We will write some lazy notations: $z_i$ as the i-th latent variable and $z_{-i}$ as all other latent variables excluding the i-th. For example, $q_{-i} = \prod_{j \not= i} q_i$. Substitute $q(z)$ into ELBO. Our goal is to isolate individual axis $i$ such that we can solve the optimization problem for each dimension at a time.

\[\begin{align} \mathcal{L}(q) &= \mathbb{E}_{z \sim q(z)}\left[ \log \frac{p(z,D)}{q(z)} \right] \\ &= \int_z q(z) \log \frac{p(z,D)}{q(z)} \mathrm{d}z \\ &= \int_z q(z) \log p(z,D) - \log q(z) \mathrm{d}z \\ &= \int_z \prod q_i(z) (\log p(z,D) - \log q(z)) \mathrm{d}z \\ &= \int_{z_i} q_i(z_i) \int_{z_{-i}} q_{-i}(z_{-i}) (\log p(z,D) - \log q(z)) \mathrm{d}z_{-i} \mathrm{d}z_i \\ &= \int_{z_i} q_i(z_i) \int_{z_{-i}} q_{-i}(z_{-i}) (\log p(z,D) - \log q_i(z_i) - \log q_{-i}(z_{-i})) \mathrm{d}z_{-i} \mathrm{d}z_i \\ \end{align}\]

The second last equation is obtained by breaking the integral into two parts: $z_i$ and non-$z_i$. The last equation is obtained by breaking $\log q(z)$ into two parts: $z_i$ and non-$z_i$. In the last equation, observed that:

$\log p(z,D) - \log q_i(z_i)$ term depends on $z_{i}$
$- \log q_{-i}(z_{-i})$ term does not depends on $z_{i}$

Therefore, we can convert the optimization problem over all latent variables into just optimizing over one coordinate $q_i(z_i)$.

\[\mathcal{L}(q) = \int_{z_i} q_i(z_i) \mathbb{E}_{z_{-i}} \left[ \log p(z,D) - \log q_i(z_i) \right] \mathrm{d}z_i - \mathbb{E}_{z_{-i}}[ q_{-i}(z_{-1})]\]

Back to the optimization problem, you can perform a coordinate ascent over $q_1, q_2, …, q_D$: fix all except $q_i$ and then optimize for $q^*_i = \operatorname{argmax}_{q_i} \mathcal{L}(q)$. You can ignore the second term $\mathbb{E}_{z_{-i}}[ q_{-i}(z_{-i})]$ since it is a fixed quantity.

Coordinate Ascent Variational Inference (CAVI)

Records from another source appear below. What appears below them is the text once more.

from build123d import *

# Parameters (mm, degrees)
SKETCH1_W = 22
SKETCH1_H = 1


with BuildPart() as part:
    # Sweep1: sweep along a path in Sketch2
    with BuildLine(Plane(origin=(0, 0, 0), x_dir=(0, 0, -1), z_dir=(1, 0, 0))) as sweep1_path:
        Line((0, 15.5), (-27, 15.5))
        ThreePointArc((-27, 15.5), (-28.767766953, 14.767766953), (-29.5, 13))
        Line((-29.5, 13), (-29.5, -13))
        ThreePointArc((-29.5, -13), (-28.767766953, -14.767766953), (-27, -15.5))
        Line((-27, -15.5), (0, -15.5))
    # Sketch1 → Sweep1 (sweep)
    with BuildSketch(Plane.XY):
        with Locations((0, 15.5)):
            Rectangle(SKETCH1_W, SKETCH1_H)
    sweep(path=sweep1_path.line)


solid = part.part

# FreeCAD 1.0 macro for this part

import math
import FreeCAD as App
import Part
import Sketcher
Q = App.Units.Quantity

doc = App.newDocument("Part")
body = doc.addObject("PartDesign::Body", "Body")

# Sketch on XY plane
sketch1 = body.newObject("Sketcher::SketchObject", "Sketch")
sketch1.AttachmentSupport = (doc.getObject("XY_Plane"), [""])
sketch1.MapMode = "FlatFace"
sketch1.addGeometry([
    Part.LineSegment(App.Vector(-11, 16, 0), App.Vector(-11, 15, 0)),
    Part.LineSegment(App.Vector(-11, 15, 0), App.Vector(11, 15, 0)),
    Part.LineSegment(App.Vector(11, 15, 0), App.Vector(11, 16, 0)),
    Part.LineSegment(App.Vector(11, 16, 0), App.Vector(-11, 16, 0)),
], False)
sketch1.addConstraint([
    Sketcher.Constraint("Coincident", 0, 2, 1, 1),
    Sketcher.Constraint("Coincident", 1, 2, 2, 1),
    Sketcher.Constraint("Coincident", 2, 2, 3, 1),
    Sketcher.Constraint("Coincident", 3, 2, 0, 1),
    Sketcher.Constraint("Vertical", 0),
    Sketcher.Constraint("Horizontal", 1),
    Sketcher.Constraint("Vertical", 2),
    Sketcher.Constraint("Horizontal", 3),
    Sketcher.Constraint("DistanceX", 1, 1, 1, 2, Q("22 mm")),
    Sketcher.Constraint("DistanceY", 0, 2, 0, 1, Q("1 mm")),
    Sketcher.Constraint("DistanceX", 0, 2, -1, 1, Q("11 mm")),
    Sketcher.Constraint("DistanceY", -1, 1, 0, 2, Q("15 mm")),
])

# Sketch on YZ plane
sketch2 = body.newObject("Sketcher::SketchObject", "Sketch001")
sketch2.AttachmentSupport = (doc.getObject("YZ_Plane"), [""])
sketch2.MapMode = "FlatFace"
sketch2.addGeometry([
    Part.LineSegment(App.Vector(15.5, 0, 0), App.Vector(15.5, 27, 0)),  # 0
    Part.ArcOfCircle(Part.Circle(App.Vector(13, 27, 0), App.Vector(0, 0, 1), 2.5), math.radians(0), math.radians(90)),  # 1
    Part.LineSegment(App.Vector(13, 29.5, 0), App.Vector(-13, 29.5, 0)),  # 2
    Part.ArcOfCircle(Part.Circle(App.Vector(-13, 27, 0), App.Vector(0, 0, 1), 2.5), math.radians(90), math.radians(180)),  # 3
    Part.LineSegment(App.Vector(-15.5, 27, 0), App.Vector(-15.5, 0, 0)),  # 4
], False)
sketch2.addConstraint([
    Sketcher.Constraint("Tangent", 0, 2, 1, 1),
    Sketcher.Constraint("Tangent", 1, 2, 2, 1),
    Sketcher.Constraint("Tangent", 2, 2, 3, 1),
    Sketcher.Constraint("Tangent", 3, 2, 4, 1),
    Sketcher.Constraint("Vertical", 0),
    Sketcher.Constraint("Horizontal", 2),
    Sketcher.Constraint("Vertical", 4),
    Sketcher.Constraint("Equal", 1, 3),
    Sketcher.Constraint("Symmetric", 0, 1, 4, 2, -1, 1),
    Sketcher.Constraint("PointOnObject", 0, 1, -1),
    Sketcher.Constraint("Radius", 1, Q("2.5 mm")),
    Sketcher.Constraint("DistanceX", 2, 2, 2, 1, Q("26 mm")),
    Sketcher.Constraint("DistanceY", 0, 1, 0, 2, Q("27 mm")),
])
doc.recompute()

additivepipe = body.newObject("PartDesign::AdditivePipe", "AdditivePipe")
additivepipe.Profile = sketch1
additivepipe.Spine = (sketch2, ["Edge1", "Edge2", "Edge3", "Edge4", "Edge5"])

doc.recompute()
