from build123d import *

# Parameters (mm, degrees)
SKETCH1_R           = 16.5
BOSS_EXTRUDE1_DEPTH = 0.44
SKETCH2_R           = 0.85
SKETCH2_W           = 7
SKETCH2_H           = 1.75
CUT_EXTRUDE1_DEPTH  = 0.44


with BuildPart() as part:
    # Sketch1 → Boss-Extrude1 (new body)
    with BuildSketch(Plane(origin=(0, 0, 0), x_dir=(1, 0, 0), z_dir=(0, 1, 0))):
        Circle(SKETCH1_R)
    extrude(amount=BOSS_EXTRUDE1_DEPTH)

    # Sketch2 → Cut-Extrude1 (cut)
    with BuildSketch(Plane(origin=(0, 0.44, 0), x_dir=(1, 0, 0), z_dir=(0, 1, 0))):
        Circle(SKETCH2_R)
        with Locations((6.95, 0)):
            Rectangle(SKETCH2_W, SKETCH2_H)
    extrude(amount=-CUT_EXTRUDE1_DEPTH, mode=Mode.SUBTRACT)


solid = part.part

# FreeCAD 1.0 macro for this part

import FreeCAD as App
import Part
import Sketcher

V = App.Vector
Q = App.Units.Quantity

doc = App.newDocument("Part")
body = doc.addObject("PartDesign::Body", "Body")

# Sketch on XZ plane
sketch1 = doc.addObject("Sketcher::SketchObject", "Sketch")
body.addObject(sketch1)
sketch1.AttachmentSupport = (doc.XZ_Plane, [""])
sketch1.MapMode = "FlatFace"
sketch1.addGeometry(Part.Circle(V(0, 0, 0), V(0, 0, 1), 16), False)
sketch1.addConstraint(Sketcher.Constraint("Coincident", 0, 3, -1, 1))
sketch1.addConstraint(Sketcher.Constraint("Diameter", 0, Q("33 mm")))
pad1 = doc.addObject("PartDesign::Pad", "Pad")
body.addObject(pad1)
pad1.Profile = sketch1
pad1.Length = 0.44
pad1.Reversed = True

# Sketch on XZ plane
sketch2 = doc.addObject("Sketcher::SketchObject", "Sketch001")
body.addObject(sketch2)
sketch2.AttachmentSupport = (doc.XZ_Plane, [""])
sketch2.MapMode = "FlatFace"
sketch2.AttachmentOffset = App.Placement(V(0, 0, -0.44), App.Rotation())
sketch2.addGeometry(Part.Circle(V(0, 0, 0), V(0, 0, 1), 0.8), False)
sketch2.addGeometry(Part.LineSegment(V(3.5, -0.9, 0), V(3.5, 0.9, 0)), False)
sketch2.addGeometry(Part.LineSegment(V(3.5, 0.9, 0), V(10.4, 0.9, 0)), False)
sketch2.addGeometry(Part.LineSegment(V(10.4, 0.9, 0), V(10.4, -0.9, 0)), False)
sketch2.addGeometry(Part.LineSegment(V(10.4, -0.9, 0), V(3.5, -0.9, 0)), False)
sketch2.addConstraint(Sketcher.Constraint("Coincident", 1, 2, 2, 1))
sketch2.addConstraint(Sketcher.Constraint("Coincident", 2, 2, 3, 1))
sketch2.addConstraint(Sketcher.Constraint("Coincident", 3, 2, 4, 1))
sketch2.addConstraint(Sketcher.Constraint("Coincident", 4, 2, 1, 1))
sketch2.addConstraint(Sketcher.Constraint("Vertical", 1))
sketch2.addConstraint(Sketcher.Constraint("Horizontal", 2))
sketch2.addConstraint(Sketcher.Constraint("Vertical", 3))
sketch2.addConstraint(Sketcher.Constraint("Horizontal", 4))
sketch2.addConstraint(Sketcher.Constraint("Coincident", 0, 3, -1, 1))
sketch2.addConstraint(Sketcher.Constraint("Diameter", 0, Q("1.7 mm")))
sketch2.addConstraint(Sketcher.Constraint("DistanceX", 2, 1, 2, 2, Q("7 mm")))
sketch2.addConstraint(Sketcher.Constraint("DistanceY", 1, 1, 1, 2, Q("1.75 mm")))
sketch2.addConstraint(Sketcher.Constraint("DistanceX", -1, 1, 1, 2, Q("3.45 mm")))
sketch2.addConstraint(Sketcher.Constraint("DistanceY", -1, 1, 1, 2, Q("0.875 mm")))
pocket1 = doc.addObject("PartDesign::Pocket", "Pocket")
body.addObject(pocket1)
pocket1.Profile = sketch2
pocket1.Length = 0.44
pocket1.Reversed = True

doc.recompute()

We described above that how to perform coordinate ascent under Mean Field Approach. However, we still do not know how to solve the optimization problem

\[q^*_i = \operatorname{argmax}_{q_i} \mathcal{L}(q)\]

As previously mentioned, $\mathcal{L}(q)$ is a functional and solving this requires tools from Calculus of Variations. It also worth mentioning that you need to solve for all $q^*_i$ on case by case basis (if you make a little change to the model, you may need to perform all derivations again). Generally, CAVI should be more efficient than gradient based optimization like ADVI since it directly finds an analytical solution for each coordinate.

We will not go into details of CAVI since its solution is problem specific and does not generalize. If you are interested in derivation, checkout this example by machine-learning-and-simulation. The author solved a Normal with unknown mean and variance. We will just compared the CAVI solution to an analytical solution (with a conjugate prior $\mu | \sigma^2$ and $\sigma^2$). Note that the author use precision $\tau$, but we will use variance $\sigma^2$ here ($\tau = 1/\sigma$).

\[X | \mu, \sigma^2 \sim N(\mu, \sigma^2)\]

For analytical solution, the posterior is a Normal-Inverse-$\chi^2$ distribution: $p(\mu, \sigma | y) \propto p(\mu | \sigma^2) p(\sigma^2)$. For CAVI solution, the posterior is a product between a normal and an inverse-gamma $q(\mu, \sigma) = q(\mu | \sigma^2) q(\sigma^2 | \mu)$. Note that $\mu$ and $\sigma^2$ still conditioned on each other because the parameters of their distribution are still intertwined (check example for details).